85% Ujjwala Beneficiaries Still Using Chulhas: RICE Survey Exposes Failure of Modi’s Pet Project
The study was conducted in Bihar, Madhya Pradesh, Uttar Pradesh and Rajasthan.
The Ujjwala scheme being touted as a major success of the government by the Prime Minister in poll rallies ahead of the Lok Sabha elections of 2019, has been busted by a recent survey. Conducted by the Research Institute for Compassionate Economics (RICE), the survey unravels the truth behind the scheme showing that most rural households that received the LPG connections, still tend to use the chulhas because of not having the financial capacity to refill their cylinder.
The study, analysed by Priscilla Jebaraj in The Hindu, conducted in rural Bihar, Madhya Pradesh, Uttar Pradesh and Rajasthan shows that 85 percent of Ujjwala beneficiaries are not using the LPG cylinders for reasons of financial incapabilities and gender inequality.

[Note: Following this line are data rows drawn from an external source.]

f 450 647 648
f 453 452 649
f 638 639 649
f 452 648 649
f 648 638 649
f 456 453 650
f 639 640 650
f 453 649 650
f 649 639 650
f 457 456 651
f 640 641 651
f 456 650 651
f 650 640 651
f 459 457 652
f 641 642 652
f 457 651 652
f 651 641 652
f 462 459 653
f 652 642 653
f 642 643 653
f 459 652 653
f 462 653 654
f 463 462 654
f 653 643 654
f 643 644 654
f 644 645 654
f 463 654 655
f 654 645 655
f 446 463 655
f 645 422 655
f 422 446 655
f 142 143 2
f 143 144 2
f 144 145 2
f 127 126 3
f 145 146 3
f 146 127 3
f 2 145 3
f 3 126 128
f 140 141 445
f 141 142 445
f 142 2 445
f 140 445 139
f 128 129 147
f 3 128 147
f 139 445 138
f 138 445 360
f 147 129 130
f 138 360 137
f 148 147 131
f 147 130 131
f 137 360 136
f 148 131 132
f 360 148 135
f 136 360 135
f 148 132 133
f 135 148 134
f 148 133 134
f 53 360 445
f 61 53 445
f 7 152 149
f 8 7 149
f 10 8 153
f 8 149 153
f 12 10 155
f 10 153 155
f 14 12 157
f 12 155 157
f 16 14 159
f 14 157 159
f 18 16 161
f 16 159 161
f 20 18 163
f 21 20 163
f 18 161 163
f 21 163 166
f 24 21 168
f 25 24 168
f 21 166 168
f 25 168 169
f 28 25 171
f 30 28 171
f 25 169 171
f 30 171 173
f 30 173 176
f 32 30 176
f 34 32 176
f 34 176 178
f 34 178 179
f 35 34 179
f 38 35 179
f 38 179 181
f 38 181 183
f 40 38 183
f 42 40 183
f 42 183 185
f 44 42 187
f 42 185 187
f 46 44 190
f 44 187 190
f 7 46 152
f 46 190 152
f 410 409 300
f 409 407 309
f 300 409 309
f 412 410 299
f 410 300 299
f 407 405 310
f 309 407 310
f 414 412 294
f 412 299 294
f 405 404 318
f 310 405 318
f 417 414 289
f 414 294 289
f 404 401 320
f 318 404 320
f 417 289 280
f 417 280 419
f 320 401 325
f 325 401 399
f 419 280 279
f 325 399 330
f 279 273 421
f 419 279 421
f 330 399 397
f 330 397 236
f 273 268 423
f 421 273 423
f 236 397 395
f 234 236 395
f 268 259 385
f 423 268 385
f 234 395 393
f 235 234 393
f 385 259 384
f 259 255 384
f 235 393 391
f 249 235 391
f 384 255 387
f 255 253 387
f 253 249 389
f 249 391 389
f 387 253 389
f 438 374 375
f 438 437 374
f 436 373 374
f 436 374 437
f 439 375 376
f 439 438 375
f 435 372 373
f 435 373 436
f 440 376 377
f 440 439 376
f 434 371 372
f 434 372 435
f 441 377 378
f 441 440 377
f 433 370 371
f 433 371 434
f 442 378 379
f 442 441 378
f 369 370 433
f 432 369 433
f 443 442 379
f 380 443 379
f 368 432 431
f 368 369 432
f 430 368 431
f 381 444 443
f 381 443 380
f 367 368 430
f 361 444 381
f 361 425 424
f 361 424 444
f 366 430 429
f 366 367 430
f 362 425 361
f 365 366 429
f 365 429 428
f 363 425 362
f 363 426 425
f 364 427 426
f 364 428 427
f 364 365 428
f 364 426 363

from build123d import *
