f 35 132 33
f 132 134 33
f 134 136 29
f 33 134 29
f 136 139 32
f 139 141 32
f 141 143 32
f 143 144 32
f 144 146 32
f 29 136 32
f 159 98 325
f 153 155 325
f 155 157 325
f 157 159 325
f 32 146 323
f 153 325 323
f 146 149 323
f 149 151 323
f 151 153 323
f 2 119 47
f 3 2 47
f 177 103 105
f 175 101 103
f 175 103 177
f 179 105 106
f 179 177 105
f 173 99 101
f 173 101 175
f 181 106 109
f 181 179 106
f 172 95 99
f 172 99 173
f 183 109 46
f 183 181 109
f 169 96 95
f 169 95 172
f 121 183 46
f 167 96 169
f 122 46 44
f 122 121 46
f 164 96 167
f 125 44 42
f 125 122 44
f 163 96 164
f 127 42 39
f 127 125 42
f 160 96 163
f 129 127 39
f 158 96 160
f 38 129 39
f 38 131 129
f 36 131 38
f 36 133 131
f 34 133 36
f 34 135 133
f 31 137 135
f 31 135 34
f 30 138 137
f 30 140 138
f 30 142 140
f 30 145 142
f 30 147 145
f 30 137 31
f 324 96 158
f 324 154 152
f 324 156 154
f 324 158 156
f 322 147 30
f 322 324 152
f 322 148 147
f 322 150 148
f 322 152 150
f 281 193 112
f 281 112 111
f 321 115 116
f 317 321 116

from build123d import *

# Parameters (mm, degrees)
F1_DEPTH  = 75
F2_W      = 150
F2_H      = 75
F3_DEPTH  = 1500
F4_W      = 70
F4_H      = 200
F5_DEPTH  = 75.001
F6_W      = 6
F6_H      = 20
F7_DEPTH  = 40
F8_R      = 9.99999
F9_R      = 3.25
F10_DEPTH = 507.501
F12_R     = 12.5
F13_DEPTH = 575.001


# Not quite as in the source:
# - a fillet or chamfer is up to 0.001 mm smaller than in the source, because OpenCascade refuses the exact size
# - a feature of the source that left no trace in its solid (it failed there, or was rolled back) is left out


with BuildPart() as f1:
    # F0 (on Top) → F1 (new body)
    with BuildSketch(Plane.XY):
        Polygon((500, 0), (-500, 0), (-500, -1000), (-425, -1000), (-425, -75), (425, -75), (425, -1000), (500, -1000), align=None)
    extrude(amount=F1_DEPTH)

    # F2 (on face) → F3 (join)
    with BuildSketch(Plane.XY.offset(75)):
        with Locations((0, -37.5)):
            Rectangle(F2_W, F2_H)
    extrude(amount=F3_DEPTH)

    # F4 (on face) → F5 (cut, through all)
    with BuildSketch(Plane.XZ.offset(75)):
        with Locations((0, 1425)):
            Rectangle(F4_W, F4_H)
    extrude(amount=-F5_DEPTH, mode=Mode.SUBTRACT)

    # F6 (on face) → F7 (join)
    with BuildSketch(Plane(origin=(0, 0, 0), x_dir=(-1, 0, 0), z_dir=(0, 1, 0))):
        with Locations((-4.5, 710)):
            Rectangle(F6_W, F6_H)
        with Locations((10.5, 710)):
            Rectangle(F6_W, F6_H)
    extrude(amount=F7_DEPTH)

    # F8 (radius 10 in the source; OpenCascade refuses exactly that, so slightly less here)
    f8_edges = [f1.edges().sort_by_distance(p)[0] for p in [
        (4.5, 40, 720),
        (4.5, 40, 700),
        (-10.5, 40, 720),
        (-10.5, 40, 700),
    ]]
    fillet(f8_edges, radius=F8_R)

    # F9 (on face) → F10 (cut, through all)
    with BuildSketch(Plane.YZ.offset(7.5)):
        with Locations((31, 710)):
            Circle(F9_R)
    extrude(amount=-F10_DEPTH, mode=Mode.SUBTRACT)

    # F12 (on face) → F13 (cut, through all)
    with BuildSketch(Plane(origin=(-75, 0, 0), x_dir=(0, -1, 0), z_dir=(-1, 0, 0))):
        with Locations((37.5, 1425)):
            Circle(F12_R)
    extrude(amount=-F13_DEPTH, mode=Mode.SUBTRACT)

They resort to using chulhas made of firewood and dung cakes causing air pollution that can be disastrous for the health of the rural folk -high levels of air pollution caused by usage of solid fuels can kill infants and older people, get in the way of healthy child development, and contribute to heart and lung disease, states the study.
Covering 1550 households in eleven districts of the rural stretches of the four states, the survey found that while there has been an increase in number of households owning LPG cylinders (76% now owning), more than 98% of these households also own a chulha. On being asked if food items — roti, rice, sabzi, dal, chai and milk — had been cooked on the chulha or the gas stove the previous day, there was an alarming percentage of people who claimed to use the chulha. The study found that only 27% of households exclusively used the gas stove, 37% said they use both the chulha and the gas stove, while 36% made everything on the chulha.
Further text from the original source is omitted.